DESCRIPTION OF THE TASK ->
From the line below that contains "#281=ORIENTED_EDGE('',*,*,#228,.F.);" to the line that contains "#302=ORIENTED_EDGE('',*,*,#193,.F.);", repeat every line exactly, both ends included, and nothing else.

----- INFORMATION SUPPLIED -----

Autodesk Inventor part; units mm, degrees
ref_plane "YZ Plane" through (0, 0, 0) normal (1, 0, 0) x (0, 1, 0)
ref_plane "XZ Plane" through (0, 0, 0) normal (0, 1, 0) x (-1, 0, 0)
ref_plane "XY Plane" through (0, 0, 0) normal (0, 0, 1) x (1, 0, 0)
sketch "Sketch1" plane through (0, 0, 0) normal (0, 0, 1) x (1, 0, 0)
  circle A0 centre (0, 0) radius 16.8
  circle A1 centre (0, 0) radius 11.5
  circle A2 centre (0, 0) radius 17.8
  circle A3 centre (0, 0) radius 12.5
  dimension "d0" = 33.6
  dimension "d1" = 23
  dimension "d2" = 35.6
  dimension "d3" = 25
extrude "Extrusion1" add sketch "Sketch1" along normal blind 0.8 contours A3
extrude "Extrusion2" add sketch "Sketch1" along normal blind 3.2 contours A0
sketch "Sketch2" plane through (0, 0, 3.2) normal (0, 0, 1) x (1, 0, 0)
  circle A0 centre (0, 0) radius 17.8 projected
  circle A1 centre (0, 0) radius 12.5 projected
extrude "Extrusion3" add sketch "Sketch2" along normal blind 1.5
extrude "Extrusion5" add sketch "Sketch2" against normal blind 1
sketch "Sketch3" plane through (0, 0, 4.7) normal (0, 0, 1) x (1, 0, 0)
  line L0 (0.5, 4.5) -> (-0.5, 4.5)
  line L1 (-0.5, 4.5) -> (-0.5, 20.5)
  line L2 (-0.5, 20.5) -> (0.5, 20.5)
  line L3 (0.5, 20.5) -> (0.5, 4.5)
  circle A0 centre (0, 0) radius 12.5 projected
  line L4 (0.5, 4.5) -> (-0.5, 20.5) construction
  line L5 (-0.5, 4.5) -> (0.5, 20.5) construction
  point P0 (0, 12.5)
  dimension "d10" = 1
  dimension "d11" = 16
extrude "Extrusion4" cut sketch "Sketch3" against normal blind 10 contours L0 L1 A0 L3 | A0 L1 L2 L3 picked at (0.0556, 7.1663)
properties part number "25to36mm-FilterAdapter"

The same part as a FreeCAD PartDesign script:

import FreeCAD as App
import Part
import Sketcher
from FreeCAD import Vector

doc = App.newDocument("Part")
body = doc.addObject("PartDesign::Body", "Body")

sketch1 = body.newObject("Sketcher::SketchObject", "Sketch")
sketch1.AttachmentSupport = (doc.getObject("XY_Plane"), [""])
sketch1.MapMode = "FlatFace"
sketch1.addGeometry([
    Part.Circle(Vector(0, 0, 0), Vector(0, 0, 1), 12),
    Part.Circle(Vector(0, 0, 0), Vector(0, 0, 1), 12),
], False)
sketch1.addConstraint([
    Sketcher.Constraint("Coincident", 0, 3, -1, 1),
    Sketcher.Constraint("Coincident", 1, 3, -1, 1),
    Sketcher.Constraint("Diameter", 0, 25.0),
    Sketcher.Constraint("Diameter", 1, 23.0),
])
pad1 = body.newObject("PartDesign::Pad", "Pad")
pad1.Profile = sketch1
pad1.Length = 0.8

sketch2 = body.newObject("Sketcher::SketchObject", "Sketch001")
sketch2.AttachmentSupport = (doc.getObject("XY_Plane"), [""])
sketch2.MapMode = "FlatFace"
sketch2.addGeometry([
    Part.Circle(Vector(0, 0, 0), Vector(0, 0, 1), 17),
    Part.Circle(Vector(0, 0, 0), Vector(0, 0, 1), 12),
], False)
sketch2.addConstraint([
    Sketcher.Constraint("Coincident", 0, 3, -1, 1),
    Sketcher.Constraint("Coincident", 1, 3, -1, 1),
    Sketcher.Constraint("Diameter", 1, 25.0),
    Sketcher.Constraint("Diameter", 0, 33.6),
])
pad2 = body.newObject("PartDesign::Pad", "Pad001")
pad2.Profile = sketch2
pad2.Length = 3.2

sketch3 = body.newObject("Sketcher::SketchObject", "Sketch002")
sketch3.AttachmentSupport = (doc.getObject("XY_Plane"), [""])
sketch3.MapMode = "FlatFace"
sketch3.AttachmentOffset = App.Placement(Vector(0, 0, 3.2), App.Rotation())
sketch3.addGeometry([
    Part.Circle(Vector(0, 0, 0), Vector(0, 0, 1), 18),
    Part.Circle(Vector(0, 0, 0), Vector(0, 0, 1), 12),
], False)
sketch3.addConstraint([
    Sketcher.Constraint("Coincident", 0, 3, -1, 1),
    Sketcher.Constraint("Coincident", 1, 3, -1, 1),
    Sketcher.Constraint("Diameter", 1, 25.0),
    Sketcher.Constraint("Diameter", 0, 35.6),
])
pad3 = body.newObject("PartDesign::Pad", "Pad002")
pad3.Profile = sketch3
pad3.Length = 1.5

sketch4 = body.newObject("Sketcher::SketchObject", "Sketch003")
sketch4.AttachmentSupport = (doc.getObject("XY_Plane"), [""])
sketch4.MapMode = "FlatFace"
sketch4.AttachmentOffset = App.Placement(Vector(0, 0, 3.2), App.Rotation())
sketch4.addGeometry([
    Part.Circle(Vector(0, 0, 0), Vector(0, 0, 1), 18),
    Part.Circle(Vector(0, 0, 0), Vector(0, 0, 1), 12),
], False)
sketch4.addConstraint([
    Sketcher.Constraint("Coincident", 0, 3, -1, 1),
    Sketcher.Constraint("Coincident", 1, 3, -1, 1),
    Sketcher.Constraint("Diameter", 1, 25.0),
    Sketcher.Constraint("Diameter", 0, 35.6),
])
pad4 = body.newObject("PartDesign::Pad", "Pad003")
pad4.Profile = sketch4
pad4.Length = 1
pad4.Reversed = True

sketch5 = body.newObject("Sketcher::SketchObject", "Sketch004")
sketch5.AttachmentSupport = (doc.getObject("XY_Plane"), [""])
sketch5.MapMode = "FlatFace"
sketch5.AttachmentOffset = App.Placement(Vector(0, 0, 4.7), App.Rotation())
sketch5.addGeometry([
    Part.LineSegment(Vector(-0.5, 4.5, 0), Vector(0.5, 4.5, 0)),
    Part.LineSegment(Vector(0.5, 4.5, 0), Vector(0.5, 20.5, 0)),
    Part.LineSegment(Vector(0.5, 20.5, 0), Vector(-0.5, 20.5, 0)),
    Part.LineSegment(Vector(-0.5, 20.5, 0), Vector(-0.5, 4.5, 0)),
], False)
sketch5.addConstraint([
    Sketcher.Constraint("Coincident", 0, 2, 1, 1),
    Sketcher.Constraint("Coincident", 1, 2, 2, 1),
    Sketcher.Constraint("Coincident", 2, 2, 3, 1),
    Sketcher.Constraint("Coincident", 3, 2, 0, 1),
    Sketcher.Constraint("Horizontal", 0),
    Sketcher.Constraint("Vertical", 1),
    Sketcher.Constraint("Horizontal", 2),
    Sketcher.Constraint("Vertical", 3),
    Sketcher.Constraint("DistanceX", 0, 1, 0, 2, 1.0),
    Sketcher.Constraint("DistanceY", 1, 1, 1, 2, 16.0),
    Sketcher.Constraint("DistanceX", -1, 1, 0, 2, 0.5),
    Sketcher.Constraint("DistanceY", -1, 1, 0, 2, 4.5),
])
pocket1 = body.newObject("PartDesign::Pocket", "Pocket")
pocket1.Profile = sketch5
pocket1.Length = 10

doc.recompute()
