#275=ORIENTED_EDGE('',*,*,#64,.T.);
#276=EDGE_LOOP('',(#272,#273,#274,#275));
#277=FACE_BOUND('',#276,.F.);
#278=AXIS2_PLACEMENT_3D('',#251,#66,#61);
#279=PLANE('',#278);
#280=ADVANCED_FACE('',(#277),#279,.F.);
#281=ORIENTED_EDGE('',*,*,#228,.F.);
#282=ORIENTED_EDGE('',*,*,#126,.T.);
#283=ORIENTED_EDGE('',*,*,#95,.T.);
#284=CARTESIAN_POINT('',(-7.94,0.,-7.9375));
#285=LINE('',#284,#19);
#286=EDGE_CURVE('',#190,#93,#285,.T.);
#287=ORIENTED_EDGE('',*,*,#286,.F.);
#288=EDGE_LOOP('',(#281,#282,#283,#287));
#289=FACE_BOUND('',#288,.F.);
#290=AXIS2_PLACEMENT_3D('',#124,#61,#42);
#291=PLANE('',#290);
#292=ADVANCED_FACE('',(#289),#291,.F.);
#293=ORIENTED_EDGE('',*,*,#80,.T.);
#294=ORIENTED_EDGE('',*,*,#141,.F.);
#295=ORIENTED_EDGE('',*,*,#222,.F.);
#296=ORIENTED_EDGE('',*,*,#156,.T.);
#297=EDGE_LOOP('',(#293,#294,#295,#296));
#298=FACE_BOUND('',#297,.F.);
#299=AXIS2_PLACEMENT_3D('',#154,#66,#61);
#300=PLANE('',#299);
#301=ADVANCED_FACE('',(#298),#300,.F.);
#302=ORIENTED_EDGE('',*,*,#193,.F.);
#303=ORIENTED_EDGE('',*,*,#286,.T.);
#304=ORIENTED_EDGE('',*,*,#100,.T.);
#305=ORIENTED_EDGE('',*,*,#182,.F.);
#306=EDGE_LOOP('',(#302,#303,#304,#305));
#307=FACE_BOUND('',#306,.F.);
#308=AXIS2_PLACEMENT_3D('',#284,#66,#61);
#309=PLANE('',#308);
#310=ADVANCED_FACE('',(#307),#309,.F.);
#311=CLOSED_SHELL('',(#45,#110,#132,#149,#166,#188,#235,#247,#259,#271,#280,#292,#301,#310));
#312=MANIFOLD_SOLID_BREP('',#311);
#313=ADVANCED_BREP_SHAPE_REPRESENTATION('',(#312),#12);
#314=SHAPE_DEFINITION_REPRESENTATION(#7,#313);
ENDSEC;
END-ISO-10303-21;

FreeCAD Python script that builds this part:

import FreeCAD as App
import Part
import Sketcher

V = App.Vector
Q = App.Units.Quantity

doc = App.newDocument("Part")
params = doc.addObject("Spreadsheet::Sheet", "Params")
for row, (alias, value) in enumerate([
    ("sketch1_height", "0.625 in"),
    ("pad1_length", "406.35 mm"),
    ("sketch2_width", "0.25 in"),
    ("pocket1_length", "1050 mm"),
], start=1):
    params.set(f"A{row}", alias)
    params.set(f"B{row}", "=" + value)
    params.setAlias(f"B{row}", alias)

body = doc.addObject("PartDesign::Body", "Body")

-----

REPLY ->
#281=ORIENTED_EDGE('',*,*,#228,.F.);
#282=ORIENTED_EDGE('',*,*,#126,.T.);
#283=ORIENTED_EDGE('',*,*,#95,.T.);
#284=CARTESIAN_POINT('',(-7.94,0.,-7.9375));
#285=LINE('',#284,#19);
#286=EDGE_CURVE('',#190,#93,#285,.T.);
#287=ORIENTED_EDGE('',*,*,#286,.F.);
#288=EDGE_LOOP('',(#281,#282,#283,#287));
#289=FACE_BOUND('',#288,.F.);
#290=AXIS2_PLACEMENT_3D('',#124,#61,#42);
#291=PLANE('',#290);
#292=ADVANCED_FACE('',(#289),#291,.F.);
#293=ORIENTED_EDGE('',*,*,#80,.T.);
#294=ORIENTED_EDGE('',*,*,#141,.F.);
#295=ORIENTED_EDGE('',*,*,#222,.F.);
#296=ORIENTED_EDGE('',*,*,#156,.T.);
#297=EDGE_LOOP('',(#293,#294,#295,#296));
#298=FACE_BOUND('',#297,.F.);
#299=AXIS2_PLACEMENT_3D('',#154,#66,#61);
#300=PLANE('',#299);
#301=ADVANCED_FACE('',(#298),#300,.F.);
#302=ORIENTED_EDGE('',*,*,#193,.F.);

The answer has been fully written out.